The course of the River Avon has changed over the last four centuries. It has been held that if a river changes its course then the right of navigation follows to the new course. ((1349) 22 Ass 93 and Mayor of Carlisle v Graham ((1869) 4 LR 361)
Thus there is now a Public Right of Navigation on the River Avon from Salisbury to the Sea by virtue of the Statute of 1664.
Right created by Historic Use.
Hatcher (The History of Modern Wiltshire) records that “From time immemorial, the river Avon had been subject to commissioners of sewers, to preserve various rights of fishery and passage. The antient custom of this part of the river was that a passage was to be left free, fifteen feet wide, and twelve feet distant from either bank. This custom was confirmed by the commissioners, in the third year of James the First, 1604 , and the eighth of Charles the First, 1632.”
A copy of an order made at Salisbury Quarter Sessions in 1590-91 confirms Hatcher’s report. 1590-1591, 24M82/PZ3)
It is also confirmed by an Order issued by a Session of Sewers held at Salisbury , concerning the River Avon in Wiltshire and Hampshire in 1605. (Hampshire Record Office, 21 Dec 1605, 24M82/PZ41.)
In 1592 an Order of the Commissioners of Sewers refers to the obstruction of ‘the ffee passage of ffishe swannes and boates’ on the river between Harnham Bridge, Salisbury and Christchurch. (Wiltshire and Swindon Record Office, PR/Salisbury St Martin/1899/223 - date 1592.)

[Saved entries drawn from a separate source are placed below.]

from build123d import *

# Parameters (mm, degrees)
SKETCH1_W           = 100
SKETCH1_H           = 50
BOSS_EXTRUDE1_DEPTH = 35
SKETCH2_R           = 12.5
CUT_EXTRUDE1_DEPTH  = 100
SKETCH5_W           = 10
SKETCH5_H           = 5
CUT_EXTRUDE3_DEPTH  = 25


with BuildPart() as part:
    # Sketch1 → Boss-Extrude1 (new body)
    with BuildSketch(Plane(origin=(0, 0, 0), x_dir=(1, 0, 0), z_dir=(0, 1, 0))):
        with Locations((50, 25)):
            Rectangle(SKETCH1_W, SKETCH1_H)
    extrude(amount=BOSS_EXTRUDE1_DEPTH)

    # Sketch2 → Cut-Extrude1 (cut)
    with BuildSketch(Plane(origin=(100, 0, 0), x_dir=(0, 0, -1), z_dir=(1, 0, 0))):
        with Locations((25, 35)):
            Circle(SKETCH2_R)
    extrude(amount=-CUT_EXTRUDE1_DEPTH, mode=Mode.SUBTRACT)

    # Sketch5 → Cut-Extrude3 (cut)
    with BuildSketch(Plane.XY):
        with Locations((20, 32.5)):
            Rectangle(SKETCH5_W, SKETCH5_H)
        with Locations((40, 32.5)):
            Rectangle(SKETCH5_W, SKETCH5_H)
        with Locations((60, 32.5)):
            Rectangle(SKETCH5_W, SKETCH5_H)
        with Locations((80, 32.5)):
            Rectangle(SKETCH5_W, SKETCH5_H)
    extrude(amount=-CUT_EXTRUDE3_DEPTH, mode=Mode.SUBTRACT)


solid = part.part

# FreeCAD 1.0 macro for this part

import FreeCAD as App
import Part
import Sketcher

V = App.Vector


def add_polygon(sketch, points):
    """Adds a closed chain of lines whose ends are joined by coincident constraints."""
    first, n = sketch.GeometryCount, len(points)
    for a, b in zip(points, points[1:] + points[:1]):
        sketch.addGeometry(Part.LineSegment(App.Vector(*a, 0), App.Vector(*b, 0)), False)
    for i in range(n):
        sketch.addConstraint(Sketcher.Constraint("Coincident", first + i, 2, first + (i + 1) % n, 1))

doc = App.newDocument("Part")
body = doc.addObject("PartDesign::Body", "Body")

sketch1 = doc.addObject("Sketcher::SketchObject", "Sketch")
body.addObject(sketch1)
sketch1.AttachmentSupport = (doc.XZ_Plane, [""])
sketch1.MapMode = "FlatFace"
add_polygon(sketch1, [(0, -50), (0, 0), (100, 0), (100, -50)])
sketch1.addConstraint([
    Sketcher.Constraint("Vertical", 0),
    Sketcher.Constraint("Horizontal", 1),
    Sketcher.Constraint("Vertical", 2),
    Sketcher.Constraint("Horizontal", 3),
    Sketcher.Constraint("Coincident", 0, 2, -1, 1),
    Sketcher.Constraint("DistanceX", 1, 1, 1, 2, 100.0),
    Sketcher.Constraint("DistanceY", 0, 1, 0, 2, 50.0),
])
pad1 = doc.addObject("PartDesign::Pad", "Pad")
body.addObject(pad1)
pad1.Profile = sketch1
pad1.Length = 35
pad1.Reversed = True

sketch2 = doc.addObject("Sketcher::SketchObject", "Sketch001")
body.addObject(sketch2)
sketch2.AttachmentSupport = (doc.YZ_Plane, [""])
sketch2.MapMode = "FlatFace"
sketch2.AttachmentOffset = App.Placement(V(0, 0, 100), App.Rotation())
sketch2.addGeometry(Part.Circle(V(35, -25, 0), V(0, 0, 1), 12), False)
sketch2.addConstraint([
    Sketcher.Constraint("Diameter", 0, 25.0),
    Sketcher.Constraint("DistanceX", -1, 1, 0, 3, 35.0),
    Sketcher.Constraint("DistanceY", 0, 3, -1, 1, 25.0),
])
pocket1 = doc.addObject("PartDesign::Pocket", "Pocket")
body.addObject(pocket1)
pocket1.Profile = sketch2
pocket1.Length = 100

sketch3 = doc.addObject("Sketcher::SketchObject", "Sketch002")
body.addObject(sketch3)
sketch3.AttachmentSupport = (doc.XY_Plane, [""])
sketch3.MapMode = "FlatFace"
add_polygon(sketch3, [(15, 35), (15, 30), (25, 30), (25, 35)])
add_polygon(sketch3, [(35, 35), (35, 30), (45, 30), (45, 35)])
add_polygon(sketch3, [(55, 35), (55, 30), (65, 30), (65, 35)])
add_polygon(sketch3, [(75, 35), (75, 30), (85, 30), (85, 35)])
sketch3.addConstraint([
    Sketcher.Constraint("Vertical", 0),
    Sketcher.Constraint("Horizontal", 1),
    Sketcher.Constraint("Vertical", 2),
    Sketcher.Constraint("Horizontal", 3),
    Sketcher.Constraint("Vertical", 4),
    Sketcher.Constraint("Horizontal", 5),
    Sketcher.Constraint("Vertical", 6),
    Sketcher.Constraint("Horizontal", 7),
    Sketcher.Constraint("Vertical", 8),
    Sketcher.Constraint("Horizontal", 9),
    Sketcher.Constraint("Vertical", 10),
    Sketcher.Constraint("Horizontal", 11),
    Sketcher.Constraint("Vertical", 12),
    Sketcher.Constraint("Horizontal", 13),
    Sketcher.Constraint("Vertical", 14),
    Sketcher.Constraint("Horizontal", 15),
    Sketcher.Constraint("Horizontal", 1, 2, 4, 2),
    Sketcher.Constraint("Horizontal", 3, 2, 6, 2),
    Sketcher.Constraint("Horizontal", 5, 2, 8, 2),
    Sketcher.Constraint("Horizontal", 7, 2, 10, 2),
    Sketcher.Constraint("Horizontal", 9, 2, 12, 2),
    Sketcher.Constraint("Horizontal", 11, 2, 14, 2),
    Sketcher.Constraint("Equal", 3, 5),
    Sketcher.Constraint("Equal", 7, 9),
    Sketcher.Constraint("Equal", 11, 13),
    Sketcher.Constraint("DistanceX", 1, 1, 1, 2, 10.0),
    Sketcher.Constraint("DistanceY", 0, 2, 0, 1, 5.0),
    Sketcher.Constraint("DistanceX", -1, 1, 0, 2, 15.0),
    Sketcher.Constraint("DistanceY", -1, 1, 0, 2, 30.0),
    Sketcher.Constraint("DistanceX", -1, 1, 4, 2, 35.0),
    Sketcher.Constraint("DistanceX", -1, 1, 8, 2, 55.0),
    Sketcher.Constraint("DistanceX", -1, 1, 12, 2, 75.0),
])
pocket2 = doc.addObject("PartDesign::Pocket", "Pocket001")
body.addObject(pocket2)
pocket2.Profile = sketch3
pocket2.Length = 25

doc.recompute()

Also in the Hampshire Record Office is an Inventory of Joseph Warne of Bisterne, Ringwood, Hampshire dated 1632 which includes ‘Boats and Nets’.
In 1623 John Taylor and his companions rowed a wherry upstream to Salisbury. (John Taylor, All The Works of John Taylor the Water Poet. A Discovery by Sea from London to Salisbury. London. 1630.)
In 1685 two vessels laden with 25 tons were brought to Crane Bridge in Salisbury. (A.T. Morley Hewitt, The Story of Fordingbridge. Fordingbridge. 1965, 42.)
In 1724 Defoe recorded that ‘with a deep Channel, and a Current less rapid, they [the Avon, Willy and Naddir] run down to Christ Church, which is their Port, and where they empty themselves into the Sea; from that Town upwards, towards Salisbury they are made navigable too within two Miles, and might be so quite into the City, were it not for the Strength of the Stream.’ (Daniel Defoe, A Tour Through the whole Island of Great Britain. Volume I. (First published 1724.) London: Peter Davies. 1927, 188.)
1753. In Salisbury ‘one of the piers of the north bridge had been taken away, and two arches thrown into one, for the better accommodation of the barges to be drawn up towards the city, as I have been informed they did as high as Crane-bridge.’ (Francis Price, A Series of particular and useful Observations Made with great Diligence and Care, upon that Admirable Structure the Cathedral-Church of Salisbury. London. 1753, 30.)
Where a public right of navigation has been established it can only be extinguished by Act of Parliament, Statutory Authority or by the river becoming physically impassable. (R v Betts, (1850) 16 Q.B. 1022; Vooght v Winch, (1819) 2 B. & Ald. 662) and Josie Rowland v Environment Agency  EWHC 2785)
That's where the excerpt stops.